You see, there has been a lot of chatter in the media lately about the return of blue-chip dominance. One particular Associated Press headline caught my eye a few weeks ago. It read: “Signs Point to Good Year for Investing in Large-Cap Stocks.”

The article says it might be time for small-cap investors to rethink their stock picking strategy. The author thinks this year, the best bet for anyone with a dime in his pocket will be the big-name stocks. The logic is that eventually, large-cap, blue chip returns must have a special year where they whip the Russell 2000 - a benchmark group of 2000 stable small-cap stocks with proven, long-term performance.

This could very well happen… But this argument misses the bigger picture.


First, let’s get some stats out of the way.
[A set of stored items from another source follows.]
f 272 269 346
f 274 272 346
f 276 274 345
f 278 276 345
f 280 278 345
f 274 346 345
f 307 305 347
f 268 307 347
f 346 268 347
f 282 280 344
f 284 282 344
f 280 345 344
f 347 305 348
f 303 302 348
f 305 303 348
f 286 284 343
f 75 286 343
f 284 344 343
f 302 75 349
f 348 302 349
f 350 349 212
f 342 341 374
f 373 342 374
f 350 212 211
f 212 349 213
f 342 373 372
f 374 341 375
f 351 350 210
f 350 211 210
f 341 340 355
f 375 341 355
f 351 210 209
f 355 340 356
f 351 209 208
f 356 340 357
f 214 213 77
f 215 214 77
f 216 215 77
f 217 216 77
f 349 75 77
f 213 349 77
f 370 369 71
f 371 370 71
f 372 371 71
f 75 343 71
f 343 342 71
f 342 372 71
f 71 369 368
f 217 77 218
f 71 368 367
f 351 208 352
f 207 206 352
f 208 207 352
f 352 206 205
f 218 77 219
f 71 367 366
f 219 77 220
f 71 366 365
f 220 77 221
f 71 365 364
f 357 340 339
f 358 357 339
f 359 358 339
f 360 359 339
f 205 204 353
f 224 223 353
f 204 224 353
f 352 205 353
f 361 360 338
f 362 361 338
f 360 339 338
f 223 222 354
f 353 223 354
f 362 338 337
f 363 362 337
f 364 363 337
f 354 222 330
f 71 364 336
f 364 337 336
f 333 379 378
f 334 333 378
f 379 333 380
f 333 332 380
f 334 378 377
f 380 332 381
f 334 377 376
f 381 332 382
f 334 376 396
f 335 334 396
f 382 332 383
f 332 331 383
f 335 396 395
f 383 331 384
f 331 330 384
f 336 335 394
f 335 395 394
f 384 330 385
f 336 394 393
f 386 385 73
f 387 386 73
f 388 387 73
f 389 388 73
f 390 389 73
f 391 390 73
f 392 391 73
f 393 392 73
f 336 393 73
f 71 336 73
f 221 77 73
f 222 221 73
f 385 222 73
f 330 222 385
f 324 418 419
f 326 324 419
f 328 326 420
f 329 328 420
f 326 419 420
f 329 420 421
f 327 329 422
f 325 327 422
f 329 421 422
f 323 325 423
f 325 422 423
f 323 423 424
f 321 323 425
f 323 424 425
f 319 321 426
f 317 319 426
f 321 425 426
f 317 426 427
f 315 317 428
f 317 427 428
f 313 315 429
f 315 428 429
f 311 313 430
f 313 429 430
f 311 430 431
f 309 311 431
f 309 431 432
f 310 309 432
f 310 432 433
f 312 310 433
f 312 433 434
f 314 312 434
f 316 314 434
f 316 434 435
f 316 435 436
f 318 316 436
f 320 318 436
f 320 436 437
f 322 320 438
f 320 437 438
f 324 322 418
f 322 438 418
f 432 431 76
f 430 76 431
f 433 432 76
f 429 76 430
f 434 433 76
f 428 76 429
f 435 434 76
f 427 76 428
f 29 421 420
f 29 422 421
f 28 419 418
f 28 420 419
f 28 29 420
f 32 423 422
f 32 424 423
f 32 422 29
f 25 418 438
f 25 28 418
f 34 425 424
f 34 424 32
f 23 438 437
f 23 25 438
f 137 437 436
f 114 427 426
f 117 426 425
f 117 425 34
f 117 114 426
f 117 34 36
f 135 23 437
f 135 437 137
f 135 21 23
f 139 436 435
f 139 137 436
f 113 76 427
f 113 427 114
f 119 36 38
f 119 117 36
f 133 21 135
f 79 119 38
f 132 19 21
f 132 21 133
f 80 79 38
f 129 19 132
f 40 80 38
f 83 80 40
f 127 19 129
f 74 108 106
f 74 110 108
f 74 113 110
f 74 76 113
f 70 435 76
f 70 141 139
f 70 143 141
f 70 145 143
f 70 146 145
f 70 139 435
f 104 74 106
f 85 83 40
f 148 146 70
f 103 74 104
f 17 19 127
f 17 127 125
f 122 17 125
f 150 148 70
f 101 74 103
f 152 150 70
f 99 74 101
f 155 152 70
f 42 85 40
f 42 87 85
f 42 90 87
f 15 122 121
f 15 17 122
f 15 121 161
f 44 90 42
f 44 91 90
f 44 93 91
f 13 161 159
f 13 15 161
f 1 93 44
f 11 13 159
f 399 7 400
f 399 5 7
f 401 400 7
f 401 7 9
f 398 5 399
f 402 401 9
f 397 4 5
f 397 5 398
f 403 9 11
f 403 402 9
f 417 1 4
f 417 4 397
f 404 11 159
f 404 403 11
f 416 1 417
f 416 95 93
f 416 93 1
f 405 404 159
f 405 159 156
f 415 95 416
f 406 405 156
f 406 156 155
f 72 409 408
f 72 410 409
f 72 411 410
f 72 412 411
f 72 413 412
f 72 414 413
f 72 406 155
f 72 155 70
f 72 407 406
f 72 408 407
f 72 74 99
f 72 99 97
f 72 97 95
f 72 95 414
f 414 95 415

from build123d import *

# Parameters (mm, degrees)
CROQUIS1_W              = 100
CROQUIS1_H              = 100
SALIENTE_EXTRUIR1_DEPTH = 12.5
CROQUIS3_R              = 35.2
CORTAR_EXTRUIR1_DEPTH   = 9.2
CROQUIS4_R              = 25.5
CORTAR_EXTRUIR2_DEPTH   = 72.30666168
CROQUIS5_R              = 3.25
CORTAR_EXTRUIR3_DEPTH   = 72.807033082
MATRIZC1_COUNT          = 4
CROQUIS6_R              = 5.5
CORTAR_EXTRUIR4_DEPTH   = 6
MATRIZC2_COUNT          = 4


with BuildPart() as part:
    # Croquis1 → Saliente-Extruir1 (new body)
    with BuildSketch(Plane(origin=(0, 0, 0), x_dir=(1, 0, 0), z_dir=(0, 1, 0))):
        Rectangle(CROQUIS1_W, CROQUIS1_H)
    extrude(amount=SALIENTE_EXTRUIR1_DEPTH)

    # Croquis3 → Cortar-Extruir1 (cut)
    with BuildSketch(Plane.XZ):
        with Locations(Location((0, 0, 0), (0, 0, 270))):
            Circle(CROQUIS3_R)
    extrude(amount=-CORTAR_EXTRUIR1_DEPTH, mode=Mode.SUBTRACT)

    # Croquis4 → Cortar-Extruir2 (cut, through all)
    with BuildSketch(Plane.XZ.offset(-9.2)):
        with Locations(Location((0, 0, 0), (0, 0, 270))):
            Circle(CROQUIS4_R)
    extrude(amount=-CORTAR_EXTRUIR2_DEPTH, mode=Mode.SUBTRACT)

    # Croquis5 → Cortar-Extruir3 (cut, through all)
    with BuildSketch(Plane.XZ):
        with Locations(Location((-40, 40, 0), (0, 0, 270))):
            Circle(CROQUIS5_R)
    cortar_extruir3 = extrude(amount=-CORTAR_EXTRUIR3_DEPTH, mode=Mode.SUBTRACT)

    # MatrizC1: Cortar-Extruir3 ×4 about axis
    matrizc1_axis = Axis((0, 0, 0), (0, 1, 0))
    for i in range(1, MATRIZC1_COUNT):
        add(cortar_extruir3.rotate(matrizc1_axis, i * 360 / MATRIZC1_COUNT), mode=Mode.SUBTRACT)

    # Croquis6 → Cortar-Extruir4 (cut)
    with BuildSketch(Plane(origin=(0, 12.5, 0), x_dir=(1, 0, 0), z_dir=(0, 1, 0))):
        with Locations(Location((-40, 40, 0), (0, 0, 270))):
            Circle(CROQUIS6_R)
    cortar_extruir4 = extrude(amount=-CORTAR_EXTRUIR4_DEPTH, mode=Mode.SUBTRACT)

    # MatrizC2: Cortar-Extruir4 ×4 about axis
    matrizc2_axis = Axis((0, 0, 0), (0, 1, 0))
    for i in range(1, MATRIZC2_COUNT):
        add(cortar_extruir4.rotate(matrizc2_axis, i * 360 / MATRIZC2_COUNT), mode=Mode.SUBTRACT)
The Russell 2000 posted a gain of more than 18% for 2006, officially beating the Russell 1000 Large-Cap Index for seven of the last eight years. However, the Russell 1000 caught a second wind and slammed the Russell 2000 for the second half of 2006.
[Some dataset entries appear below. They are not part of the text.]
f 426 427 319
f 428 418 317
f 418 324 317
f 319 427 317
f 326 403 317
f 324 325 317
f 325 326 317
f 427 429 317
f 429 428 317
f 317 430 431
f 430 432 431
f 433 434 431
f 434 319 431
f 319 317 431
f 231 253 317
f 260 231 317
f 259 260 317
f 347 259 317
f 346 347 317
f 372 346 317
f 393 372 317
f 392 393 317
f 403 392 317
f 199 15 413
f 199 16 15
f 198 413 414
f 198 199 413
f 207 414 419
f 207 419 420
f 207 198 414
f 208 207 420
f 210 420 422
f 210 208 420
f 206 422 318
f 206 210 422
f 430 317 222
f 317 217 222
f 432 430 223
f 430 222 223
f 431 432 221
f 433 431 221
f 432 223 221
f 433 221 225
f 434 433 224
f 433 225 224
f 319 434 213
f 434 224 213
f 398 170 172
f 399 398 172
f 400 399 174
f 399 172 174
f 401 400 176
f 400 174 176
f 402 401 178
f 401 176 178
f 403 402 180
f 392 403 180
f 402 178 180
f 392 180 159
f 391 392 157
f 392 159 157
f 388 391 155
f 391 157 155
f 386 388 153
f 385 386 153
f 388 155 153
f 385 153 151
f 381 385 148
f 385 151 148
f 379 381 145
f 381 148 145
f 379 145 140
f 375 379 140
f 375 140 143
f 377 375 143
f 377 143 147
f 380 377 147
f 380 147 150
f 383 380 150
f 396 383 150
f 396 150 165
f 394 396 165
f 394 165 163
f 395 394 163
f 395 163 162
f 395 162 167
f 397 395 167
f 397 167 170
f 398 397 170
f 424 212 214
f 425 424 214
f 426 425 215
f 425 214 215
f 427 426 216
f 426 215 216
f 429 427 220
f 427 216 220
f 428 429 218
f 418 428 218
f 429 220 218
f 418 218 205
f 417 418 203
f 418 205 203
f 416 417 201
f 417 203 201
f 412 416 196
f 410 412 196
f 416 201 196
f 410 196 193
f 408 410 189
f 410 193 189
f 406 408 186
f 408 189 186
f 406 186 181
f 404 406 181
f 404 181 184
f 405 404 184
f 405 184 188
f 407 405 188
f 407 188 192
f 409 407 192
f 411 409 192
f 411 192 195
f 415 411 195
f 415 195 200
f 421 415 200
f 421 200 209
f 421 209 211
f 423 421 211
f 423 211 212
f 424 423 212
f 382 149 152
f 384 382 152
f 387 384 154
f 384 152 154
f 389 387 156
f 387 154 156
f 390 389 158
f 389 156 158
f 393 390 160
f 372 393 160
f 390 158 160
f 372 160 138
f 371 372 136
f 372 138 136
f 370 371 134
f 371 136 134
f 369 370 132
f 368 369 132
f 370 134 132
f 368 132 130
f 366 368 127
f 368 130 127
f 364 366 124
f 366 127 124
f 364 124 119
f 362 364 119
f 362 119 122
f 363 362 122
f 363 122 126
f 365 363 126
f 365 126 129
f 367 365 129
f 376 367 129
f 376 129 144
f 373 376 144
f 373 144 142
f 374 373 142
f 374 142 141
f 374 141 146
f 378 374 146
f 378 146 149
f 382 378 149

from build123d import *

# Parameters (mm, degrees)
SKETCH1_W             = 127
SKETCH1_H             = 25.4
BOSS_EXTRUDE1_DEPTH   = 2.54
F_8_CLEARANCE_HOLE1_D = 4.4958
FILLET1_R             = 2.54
Ever since the Russell 2000 took a hit in May, a lot of money has been flowing into large-cap stocks. Meanwhile, the Dow Jones Industrial has soared while the Russell 2000 and the NASDAQ have lagged behind.
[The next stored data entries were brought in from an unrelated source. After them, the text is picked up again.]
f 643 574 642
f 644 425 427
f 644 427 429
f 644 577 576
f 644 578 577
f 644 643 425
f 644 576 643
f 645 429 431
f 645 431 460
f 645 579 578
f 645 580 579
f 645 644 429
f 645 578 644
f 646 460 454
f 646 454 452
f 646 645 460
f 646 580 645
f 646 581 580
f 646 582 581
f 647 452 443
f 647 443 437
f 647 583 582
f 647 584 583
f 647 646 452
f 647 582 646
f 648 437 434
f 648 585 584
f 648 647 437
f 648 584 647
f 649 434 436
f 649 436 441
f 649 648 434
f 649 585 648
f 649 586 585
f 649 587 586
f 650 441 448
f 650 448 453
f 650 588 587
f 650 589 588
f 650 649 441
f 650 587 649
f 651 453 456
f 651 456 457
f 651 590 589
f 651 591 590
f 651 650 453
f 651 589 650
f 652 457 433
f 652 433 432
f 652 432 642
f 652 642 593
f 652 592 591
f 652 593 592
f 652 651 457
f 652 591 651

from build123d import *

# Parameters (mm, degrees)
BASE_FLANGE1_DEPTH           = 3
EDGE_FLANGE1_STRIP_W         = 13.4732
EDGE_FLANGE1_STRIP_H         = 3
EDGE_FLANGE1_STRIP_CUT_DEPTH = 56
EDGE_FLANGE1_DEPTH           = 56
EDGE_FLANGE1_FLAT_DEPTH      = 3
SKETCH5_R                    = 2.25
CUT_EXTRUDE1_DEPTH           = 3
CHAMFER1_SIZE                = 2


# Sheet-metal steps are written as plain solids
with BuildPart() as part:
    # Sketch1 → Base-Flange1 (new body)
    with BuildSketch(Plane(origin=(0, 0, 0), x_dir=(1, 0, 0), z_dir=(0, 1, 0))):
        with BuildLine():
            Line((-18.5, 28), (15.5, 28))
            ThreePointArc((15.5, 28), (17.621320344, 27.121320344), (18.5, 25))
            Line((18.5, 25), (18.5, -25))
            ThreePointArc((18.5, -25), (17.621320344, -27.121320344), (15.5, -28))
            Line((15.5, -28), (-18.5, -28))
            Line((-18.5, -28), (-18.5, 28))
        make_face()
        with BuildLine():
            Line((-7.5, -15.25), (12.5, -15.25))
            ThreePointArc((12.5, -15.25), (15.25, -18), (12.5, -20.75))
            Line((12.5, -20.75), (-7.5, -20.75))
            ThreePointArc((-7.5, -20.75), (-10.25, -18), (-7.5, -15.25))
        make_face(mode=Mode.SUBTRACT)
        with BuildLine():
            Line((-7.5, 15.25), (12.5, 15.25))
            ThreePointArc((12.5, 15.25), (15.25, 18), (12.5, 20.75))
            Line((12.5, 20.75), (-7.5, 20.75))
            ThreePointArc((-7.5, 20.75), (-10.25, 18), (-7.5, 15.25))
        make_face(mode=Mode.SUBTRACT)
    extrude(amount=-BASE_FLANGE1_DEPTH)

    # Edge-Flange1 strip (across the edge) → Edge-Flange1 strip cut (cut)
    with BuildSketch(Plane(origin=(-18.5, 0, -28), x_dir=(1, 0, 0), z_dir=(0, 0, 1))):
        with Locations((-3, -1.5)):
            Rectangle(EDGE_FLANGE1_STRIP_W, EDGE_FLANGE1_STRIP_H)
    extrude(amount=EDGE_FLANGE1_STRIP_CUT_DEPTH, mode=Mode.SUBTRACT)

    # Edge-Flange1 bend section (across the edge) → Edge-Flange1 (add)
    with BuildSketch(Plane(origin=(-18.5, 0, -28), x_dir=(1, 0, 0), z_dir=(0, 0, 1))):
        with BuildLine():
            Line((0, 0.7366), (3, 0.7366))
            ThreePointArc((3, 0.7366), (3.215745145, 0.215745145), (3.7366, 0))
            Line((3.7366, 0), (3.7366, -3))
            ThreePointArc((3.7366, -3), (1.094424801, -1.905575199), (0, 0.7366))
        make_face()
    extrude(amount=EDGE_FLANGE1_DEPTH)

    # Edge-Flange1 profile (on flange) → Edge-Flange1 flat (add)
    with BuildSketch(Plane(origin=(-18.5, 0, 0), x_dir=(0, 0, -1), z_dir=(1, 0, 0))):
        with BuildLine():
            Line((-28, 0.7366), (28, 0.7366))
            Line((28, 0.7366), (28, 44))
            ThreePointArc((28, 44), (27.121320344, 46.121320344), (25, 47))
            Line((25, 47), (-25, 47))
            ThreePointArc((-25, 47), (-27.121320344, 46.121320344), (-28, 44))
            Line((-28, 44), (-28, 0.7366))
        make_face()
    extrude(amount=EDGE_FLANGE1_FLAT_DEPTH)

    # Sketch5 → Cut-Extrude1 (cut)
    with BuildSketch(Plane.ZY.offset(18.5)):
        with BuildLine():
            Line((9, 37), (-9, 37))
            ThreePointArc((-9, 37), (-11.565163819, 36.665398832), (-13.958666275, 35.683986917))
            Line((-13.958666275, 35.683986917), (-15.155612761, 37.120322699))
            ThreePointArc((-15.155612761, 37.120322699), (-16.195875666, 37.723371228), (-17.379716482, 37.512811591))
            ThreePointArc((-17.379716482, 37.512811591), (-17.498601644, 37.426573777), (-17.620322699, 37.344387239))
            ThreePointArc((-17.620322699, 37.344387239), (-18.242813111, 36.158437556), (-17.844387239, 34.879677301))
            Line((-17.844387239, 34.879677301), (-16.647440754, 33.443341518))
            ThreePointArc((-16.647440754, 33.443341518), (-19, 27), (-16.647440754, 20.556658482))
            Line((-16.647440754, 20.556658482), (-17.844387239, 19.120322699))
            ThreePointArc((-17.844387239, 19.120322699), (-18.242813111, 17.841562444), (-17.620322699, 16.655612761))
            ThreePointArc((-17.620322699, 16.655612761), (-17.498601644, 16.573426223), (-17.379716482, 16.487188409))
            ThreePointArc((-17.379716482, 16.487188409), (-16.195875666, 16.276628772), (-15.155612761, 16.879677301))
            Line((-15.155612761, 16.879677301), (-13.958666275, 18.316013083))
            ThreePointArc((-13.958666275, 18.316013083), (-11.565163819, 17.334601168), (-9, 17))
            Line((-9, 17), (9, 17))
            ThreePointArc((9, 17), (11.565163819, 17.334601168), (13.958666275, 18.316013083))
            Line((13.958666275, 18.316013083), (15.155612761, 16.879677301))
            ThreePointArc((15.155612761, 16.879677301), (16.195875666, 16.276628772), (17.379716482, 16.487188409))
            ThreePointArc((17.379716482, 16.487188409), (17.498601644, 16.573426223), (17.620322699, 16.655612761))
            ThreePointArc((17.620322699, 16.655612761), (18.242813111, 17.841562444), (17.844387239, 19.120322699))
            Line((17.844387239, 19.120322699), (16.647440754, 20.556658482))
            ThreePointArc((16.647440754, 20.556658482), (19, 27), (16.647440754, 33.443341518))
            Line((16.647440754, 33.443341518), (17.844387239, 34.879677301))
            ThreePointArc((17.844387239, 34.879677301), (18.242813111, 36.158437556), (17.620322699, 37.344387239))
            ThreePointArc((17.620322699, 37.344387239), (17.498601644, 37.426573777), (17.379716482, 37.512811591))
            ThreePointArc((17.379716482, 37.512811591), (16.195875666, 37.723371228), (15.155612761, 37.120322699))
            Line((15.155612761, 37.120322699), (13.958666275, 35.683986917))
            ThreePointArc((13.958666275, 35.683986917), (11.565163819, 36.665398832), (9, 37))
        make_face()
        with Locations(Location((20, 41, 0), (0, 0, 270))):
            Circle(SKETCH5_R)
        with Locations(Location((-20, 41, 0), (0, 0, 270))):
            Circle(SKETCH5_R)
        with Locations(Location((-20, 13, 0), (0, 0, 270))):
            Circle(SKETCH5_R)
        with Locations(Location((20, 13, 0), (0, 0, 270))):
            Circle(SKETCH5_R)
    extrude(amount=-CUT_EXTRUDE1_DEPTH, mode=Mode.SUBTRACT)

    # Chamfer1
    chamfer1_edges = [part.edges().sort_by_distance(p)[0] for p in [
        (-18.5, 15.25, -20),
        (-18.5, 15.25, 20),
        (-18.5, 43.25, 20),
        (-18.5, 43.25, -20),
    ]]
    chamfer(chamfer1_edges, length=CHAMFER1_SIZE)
So that’s the whole story as far as most investors are concerned. The Dow is hitting record highs twice a week and small stocks are dead in the water. If the Great Eight prove anything, it’s that this is completely false.

In fact, only three members of the Dow Jones Industrials are showing double-digit gains so far in 2007: General Motors (NYSE: GM), Alcoa (NYSE: AA) and Caterpillar (NYSE: CAT) (up 18%, 16% and 10%, respectively). While these early returns are nothing to scoff at, they hardly compare to the best performing smaller stocks.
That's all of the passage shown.